The doctor still didn’t look around. “So do I, sport. She took Placidyl. That’s a pretty potent sleeping pill, not too many docs prescribe it anymore, ’cause it’s too easy to OD on. LD-50 is anywhere from five to ten caps. LD-50 means the dose that’ll kill half the people that take it. I don’t know how much she took. At least she isn’t completely gone, but her vitals are too goddamned low for comfort. We’re dialyzing her blood to keep any more from getting into her, hope it’s not a waste of time. We’ve put her on hundred-percent oxygen, then we’ll zap her full of IV fluids and wait it out. She’ll be out for at least another day. Maybe two, maybe three. Can’t tell yet. I can’t tell you what the odds are either. Now you know as much as I do. Get out of here, I got work to do.”

“There are three kids in the waiting room, Doctor.”

That turned his head around for about two seconds. “Tell ’em we got a pretty good chance, but it’s going to be tough for a while. Hey, I’m sorry, but I just don’t know. The good news is, if she comes back, she’ll come all the way back. This stuff doesn’t usually do permanent damage. Unless it kills you,” the doctor added.

“Thanks.”

Murray left to tell the kids what he could. Within an hour, some neighbors showed up to take their place with the Wolfe children. Dan left quietly after an agent arrived to keep his own vigil in the waiting room. Moira was probably their only link with Cortez, and that meant that her life was potentially in danger from hands other than her own. Murray got to the office just after nine, his mood still quiet and angry when he arrived. There were three agents waiting for him, and he waved them to follow.

“Okay, what have you found out?”

” ‘Mr. ‘Díaz’ used an American Express card at The Hideaway. We’ve identified the number at two airline ticket counters – thank God for those credit – checking computers. Right after he dropped Mrs. Wolfe off, he caught a flight out of Dulles to Atlanta, and from there to Panama. That’s where he disappeared. He must have paid cash for the next ticket, ’cause there’s no record of a Juan Díaz on any flight that evening. The counter clerk at Dulles remembers him – he was in a hurry to catch the Atlanta flight. The description matches the one we already have. However he got into the country last week, it wasn’t Dulles. We’re running computer records now, ought to have an answer later this morning – call it an even-money chance to figure his route in. I’m betting on one of the big hubs, Dallas-Fort Worth, Kansas City, Chicago, one of them. But that’s not the interesting thing we’ve discovered.

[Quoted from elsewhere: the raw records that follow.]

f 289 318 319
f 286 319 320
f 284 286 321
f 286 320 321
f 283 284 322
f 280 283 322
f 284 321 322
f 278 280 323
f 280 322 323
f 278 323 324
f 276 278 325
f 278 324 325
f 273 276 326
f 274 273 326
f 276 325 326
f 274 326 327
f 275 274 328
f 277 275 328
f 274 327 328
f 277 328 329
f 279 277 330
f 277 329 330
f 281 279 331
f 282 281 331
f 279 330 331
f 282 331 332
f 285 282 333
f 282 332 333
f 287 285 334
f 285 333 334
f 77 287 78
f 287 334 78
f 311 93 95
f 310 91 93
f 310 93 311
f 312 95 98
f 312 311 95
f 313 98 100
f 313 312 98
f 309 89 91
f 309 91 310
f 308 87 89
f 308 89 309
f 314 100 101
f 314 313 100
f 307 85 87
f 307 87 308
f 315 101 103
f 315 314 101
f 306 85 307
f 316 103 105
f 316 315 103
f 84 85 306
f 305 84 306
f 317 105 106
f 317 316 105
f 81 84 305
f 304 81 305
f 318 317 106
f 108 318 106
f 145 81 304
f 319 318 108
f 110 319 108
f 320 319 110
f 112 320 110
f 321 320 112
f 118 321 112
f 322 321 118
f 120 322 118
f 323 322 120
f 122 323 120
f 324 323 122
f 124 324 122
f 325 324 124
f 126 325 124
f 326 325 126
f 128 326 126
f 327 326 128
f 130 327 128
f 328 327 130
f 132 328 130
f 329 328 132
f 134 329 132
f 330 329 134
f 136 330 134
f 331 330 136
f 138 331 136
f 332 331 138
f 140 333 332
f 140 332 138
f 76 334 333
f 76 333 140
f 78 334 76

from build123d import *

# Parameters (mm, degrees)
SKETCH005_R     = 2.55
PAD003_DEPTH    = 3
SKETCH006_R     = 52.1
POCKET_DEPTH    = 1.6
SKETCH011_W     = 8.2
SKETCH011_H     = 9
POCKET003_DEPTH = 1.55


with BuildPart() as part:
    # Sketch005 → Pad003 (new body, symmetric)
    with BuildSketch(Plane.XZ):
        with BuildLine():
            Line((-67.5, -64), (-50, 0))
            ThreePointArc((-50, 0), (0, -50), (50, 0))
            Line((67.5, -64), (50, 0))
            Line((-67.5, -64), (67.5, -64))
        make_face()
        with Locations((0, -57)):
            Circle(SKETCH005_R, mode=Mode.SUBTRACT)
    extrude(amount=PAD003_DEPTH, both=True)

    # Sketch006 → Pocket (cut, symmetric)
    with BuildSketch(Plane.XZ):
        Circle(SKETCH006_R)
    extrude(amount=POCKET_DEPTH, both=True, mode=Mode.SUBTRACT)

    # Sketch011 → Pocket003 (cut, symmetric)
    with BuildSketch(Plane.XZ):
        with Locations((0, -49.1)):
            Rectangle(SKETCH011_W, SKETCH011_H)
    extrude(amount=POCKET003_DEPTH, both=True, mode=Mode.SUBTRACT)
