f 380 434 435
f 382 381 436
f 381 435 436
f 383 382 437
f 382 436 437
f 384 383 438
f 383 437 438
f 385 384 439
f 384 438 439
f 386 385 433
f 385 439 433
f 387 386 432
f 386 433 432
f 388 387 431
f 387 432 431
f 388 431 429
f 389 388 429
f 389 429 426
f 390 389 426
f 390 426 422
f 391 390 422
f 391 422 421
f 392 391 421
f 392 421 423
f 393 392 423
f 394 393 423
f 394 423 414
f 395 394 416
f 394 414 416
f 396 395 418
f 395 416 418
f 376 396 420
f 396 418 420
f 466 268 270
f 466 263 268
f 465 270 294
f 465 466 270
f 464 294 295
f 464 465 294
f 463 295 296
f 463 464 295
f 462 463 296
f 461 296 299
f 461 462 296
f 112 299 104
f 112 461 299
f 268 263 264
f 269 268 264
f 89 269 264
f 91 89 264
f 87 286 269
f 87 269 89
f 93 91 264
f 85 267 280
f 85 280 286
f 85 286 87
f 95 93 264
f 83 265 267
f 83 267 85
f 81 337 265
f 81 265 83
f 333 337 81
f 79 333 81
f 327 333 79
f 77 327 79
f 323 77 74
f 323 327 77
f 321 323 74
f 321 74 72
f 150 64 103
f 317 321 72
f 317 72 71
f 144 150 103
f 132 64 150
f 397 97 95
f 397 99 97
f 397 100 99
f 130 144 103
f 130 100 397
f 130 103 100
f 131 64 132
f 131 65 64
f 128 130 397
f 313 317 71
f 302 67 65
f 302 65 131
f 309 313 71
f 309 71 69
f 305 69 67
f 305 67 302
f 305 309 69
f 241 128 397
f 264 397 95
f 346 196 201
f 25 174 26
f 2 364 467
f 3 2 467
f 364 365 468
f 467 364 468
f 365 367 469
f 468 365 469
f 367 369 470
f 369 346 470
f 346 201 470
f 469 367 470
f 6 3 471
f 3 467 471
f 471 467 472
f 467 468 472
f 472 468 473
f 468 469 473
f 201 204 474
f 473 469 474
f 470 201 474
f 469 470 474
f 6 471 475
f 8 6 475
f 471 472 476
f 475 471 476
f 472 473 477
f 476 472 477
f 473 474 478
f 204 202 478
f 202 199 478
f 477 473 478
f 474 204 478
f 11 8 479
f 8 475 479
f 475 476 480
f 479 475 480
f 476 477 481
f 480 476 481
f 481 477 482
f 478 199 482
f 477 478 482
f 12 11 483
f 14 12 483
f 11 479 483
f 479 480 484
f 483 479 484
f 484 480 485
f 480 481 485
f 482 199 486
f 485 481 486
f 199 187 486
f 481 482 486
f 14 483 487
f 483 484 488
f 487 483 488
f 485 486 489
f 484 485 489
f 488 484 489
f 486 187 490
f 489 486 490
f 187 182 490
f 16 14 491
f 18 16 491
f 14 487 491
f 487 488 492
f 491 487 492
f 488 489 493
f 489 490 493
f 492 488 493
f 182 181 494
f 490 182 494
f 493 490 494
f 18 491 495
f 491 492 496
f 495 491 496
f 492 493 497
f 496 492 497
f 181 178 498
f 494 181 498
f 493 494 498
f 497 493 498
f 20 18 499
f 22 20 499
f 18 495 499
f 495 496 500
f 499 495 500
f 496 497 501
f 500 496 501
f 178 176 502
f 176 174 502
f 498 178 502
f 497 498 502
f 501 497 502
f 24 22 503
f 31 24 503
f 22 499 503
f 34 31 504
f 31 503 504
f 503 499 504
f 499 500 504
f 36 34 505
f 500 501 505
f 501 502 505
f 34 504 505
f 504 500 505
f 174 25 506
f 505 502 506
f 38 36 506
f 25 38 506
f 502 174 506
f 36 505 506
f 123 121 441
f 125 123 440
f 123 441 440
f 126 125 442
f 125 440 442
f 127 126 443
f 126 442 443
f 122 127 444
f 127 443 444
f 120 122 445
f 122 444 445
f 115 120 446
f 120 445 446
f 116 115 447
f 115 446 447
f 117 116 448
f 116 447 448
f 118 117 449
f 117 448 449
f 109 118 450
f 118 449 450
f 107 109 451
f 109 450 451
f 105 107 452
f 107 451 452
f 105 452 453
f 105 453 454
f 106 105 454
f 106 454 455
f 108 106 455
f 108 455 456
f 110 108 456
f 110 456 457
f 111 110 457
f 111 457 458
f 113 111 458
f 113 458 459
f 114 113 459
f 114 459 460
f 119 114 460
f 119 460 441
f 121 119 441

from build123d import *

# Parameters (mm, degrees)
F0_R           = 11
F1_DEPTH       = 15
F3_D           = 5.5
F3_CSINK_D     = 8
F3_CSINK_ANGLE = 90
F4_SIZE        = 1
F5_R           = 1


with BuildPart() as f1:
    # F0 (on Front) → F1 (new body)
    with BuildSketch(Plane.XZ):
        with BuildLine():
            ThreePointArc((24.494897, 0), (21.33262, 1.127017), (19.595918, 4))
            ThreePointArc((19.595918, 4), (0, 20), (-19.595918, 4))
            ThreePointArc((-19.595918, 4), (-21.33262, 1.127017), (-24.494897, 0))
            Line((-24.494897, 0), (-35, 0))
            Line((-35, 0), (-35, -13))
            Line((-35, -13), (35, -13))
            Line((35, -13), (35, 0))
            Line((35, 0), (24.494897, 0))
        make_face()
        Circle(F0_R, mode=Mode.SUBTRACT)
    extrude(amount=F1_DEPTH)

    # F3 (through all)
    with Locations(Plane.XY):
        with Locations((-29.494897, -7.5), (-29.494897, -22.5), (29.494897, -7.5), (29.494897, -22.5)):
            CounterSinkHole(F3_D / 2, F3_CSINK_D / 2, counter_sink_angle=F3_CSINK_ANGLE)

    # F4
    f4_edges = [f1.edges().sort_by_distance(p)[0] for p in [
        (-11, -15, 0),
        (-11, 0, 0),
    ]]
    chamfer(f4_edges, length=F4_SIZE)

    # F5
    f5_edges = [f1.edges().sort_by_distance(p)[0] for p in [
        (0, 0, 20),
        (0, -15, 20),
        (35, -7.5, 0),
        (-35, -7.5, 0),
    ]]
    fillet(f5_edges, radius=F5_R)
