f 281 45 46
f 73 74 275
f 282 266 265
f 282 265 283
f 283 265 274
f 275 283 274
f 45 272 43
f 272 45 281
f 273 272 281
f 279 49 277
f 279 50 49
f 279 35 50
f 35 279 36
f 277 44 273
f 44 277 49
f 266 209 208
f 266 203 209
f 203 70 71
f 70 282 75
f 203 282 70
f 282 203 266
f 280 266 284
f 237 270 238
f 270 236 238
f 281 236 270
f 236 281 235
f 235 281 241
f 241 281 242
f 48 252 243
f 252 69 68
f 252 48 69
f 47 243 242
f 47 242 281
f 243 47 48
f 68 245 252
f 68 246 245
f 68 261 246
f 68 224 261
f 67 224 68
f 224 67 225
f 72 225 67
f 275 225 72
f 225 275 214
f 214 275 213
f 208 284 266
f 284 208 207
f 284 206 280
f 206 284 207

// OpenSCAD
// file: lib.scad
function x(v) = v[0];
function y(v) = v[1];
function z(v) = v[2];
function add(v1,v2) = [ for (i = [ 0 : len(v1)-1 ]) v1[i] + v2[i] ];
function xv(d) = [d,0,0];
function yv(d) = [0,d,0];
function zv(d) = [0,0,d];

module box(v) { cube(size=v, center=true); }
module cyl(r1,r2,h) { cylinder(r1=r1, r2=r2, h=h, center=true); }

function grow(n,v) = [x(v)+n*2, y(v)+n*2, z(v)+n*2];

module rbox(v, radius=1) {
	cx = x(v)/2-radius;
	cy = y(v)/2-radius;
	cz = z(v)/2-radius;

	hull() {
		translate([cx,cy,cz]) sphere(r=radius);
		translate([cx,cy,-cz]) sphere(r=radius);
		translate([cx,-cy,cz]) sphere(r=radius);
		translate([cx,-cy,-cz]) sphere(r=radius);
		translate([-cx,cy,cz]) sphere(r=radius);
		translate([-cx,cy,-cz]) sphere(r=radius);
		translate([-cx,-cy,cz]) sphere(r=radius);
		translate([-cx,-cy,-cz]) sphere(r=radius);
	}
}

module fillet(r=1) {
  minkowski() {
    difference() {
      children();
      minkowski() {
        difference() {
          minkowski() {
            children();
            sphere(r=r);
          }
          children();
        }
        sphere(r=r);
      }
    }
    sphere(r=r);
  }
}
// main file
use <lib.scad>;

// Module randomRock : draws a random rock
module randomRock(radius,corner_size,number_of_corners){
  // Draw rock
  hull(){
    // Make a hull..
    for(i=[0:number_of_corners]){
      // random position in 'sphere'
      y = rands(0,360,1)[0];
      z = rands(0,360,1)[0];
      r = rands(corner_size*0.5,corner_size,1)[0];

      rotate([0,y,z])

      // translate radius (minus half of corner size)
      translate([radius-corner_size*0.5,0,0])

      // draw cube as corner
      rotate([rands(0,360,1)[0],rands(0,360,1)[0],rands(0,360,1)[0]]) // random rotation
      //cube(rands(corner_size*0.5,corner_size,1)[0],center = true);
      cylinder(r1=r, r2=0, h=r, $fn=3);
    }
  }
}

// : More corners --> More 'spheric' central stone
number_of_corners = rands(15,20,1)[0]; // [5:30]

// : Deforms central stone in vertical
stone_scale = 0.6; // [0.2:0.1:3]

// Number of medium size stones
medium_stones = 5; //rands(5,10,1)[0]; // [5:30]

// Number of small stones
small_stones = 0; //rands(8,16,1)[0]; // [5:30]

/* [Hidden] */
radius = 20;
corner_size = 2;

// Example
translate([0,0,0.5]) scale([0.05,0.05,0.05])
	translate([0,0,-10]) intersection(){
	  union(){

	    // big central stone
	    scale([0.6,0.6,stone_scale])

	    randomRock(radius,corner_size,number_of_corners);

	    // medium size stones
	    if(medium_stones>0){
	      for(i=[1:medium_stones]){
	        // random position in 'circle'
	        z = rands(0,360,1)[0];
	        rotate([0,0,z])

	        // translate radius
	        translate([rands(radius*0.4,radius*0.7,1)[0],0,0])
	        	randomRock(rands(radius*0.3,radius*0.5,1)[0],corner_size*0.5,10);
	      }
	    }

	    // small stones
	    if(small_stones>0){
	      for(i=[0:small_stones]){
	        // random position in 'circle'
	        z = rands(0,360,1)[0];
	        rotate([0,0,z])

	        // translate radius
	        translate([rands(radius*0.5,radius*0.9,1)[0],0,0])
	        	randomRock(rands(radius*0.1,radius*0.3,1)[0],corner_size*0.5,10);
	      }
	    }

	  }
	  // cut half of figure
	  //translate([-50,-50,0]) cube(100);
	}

“American Express just discovered that it has a bunch of cards for Juan Díaz. Several have been generated recently, and they don’t know how.”

“Oh?” Murray poured some coffee. “How come they weren’t noticed?”

“For one thing, the statements are paid on time and in full, so that dog didn’t bark. The addresses are all slightly different, and the name itself isn’t terribly unusual, so a casual look at the records won’t tip anyone off. What it looks like is that somebody has a way to tap into their computer system – all the way into the executive programming, and that might be another lead for us to run down. He’s probably been staying with the name in case Moira gets a look at the card. But what it has told us is that he’s made five trips to the D.C. area in the past four months. Somebody is playing with the AmEx computer system, somebody good. Somebody,” the agent went on, “good enough to tap into a lot of computers. This guy can generate complete credit lines for Cortez or anyone else. There ought to be a way to check that out, but I wouldn’t be real hopeful about running him down fast.”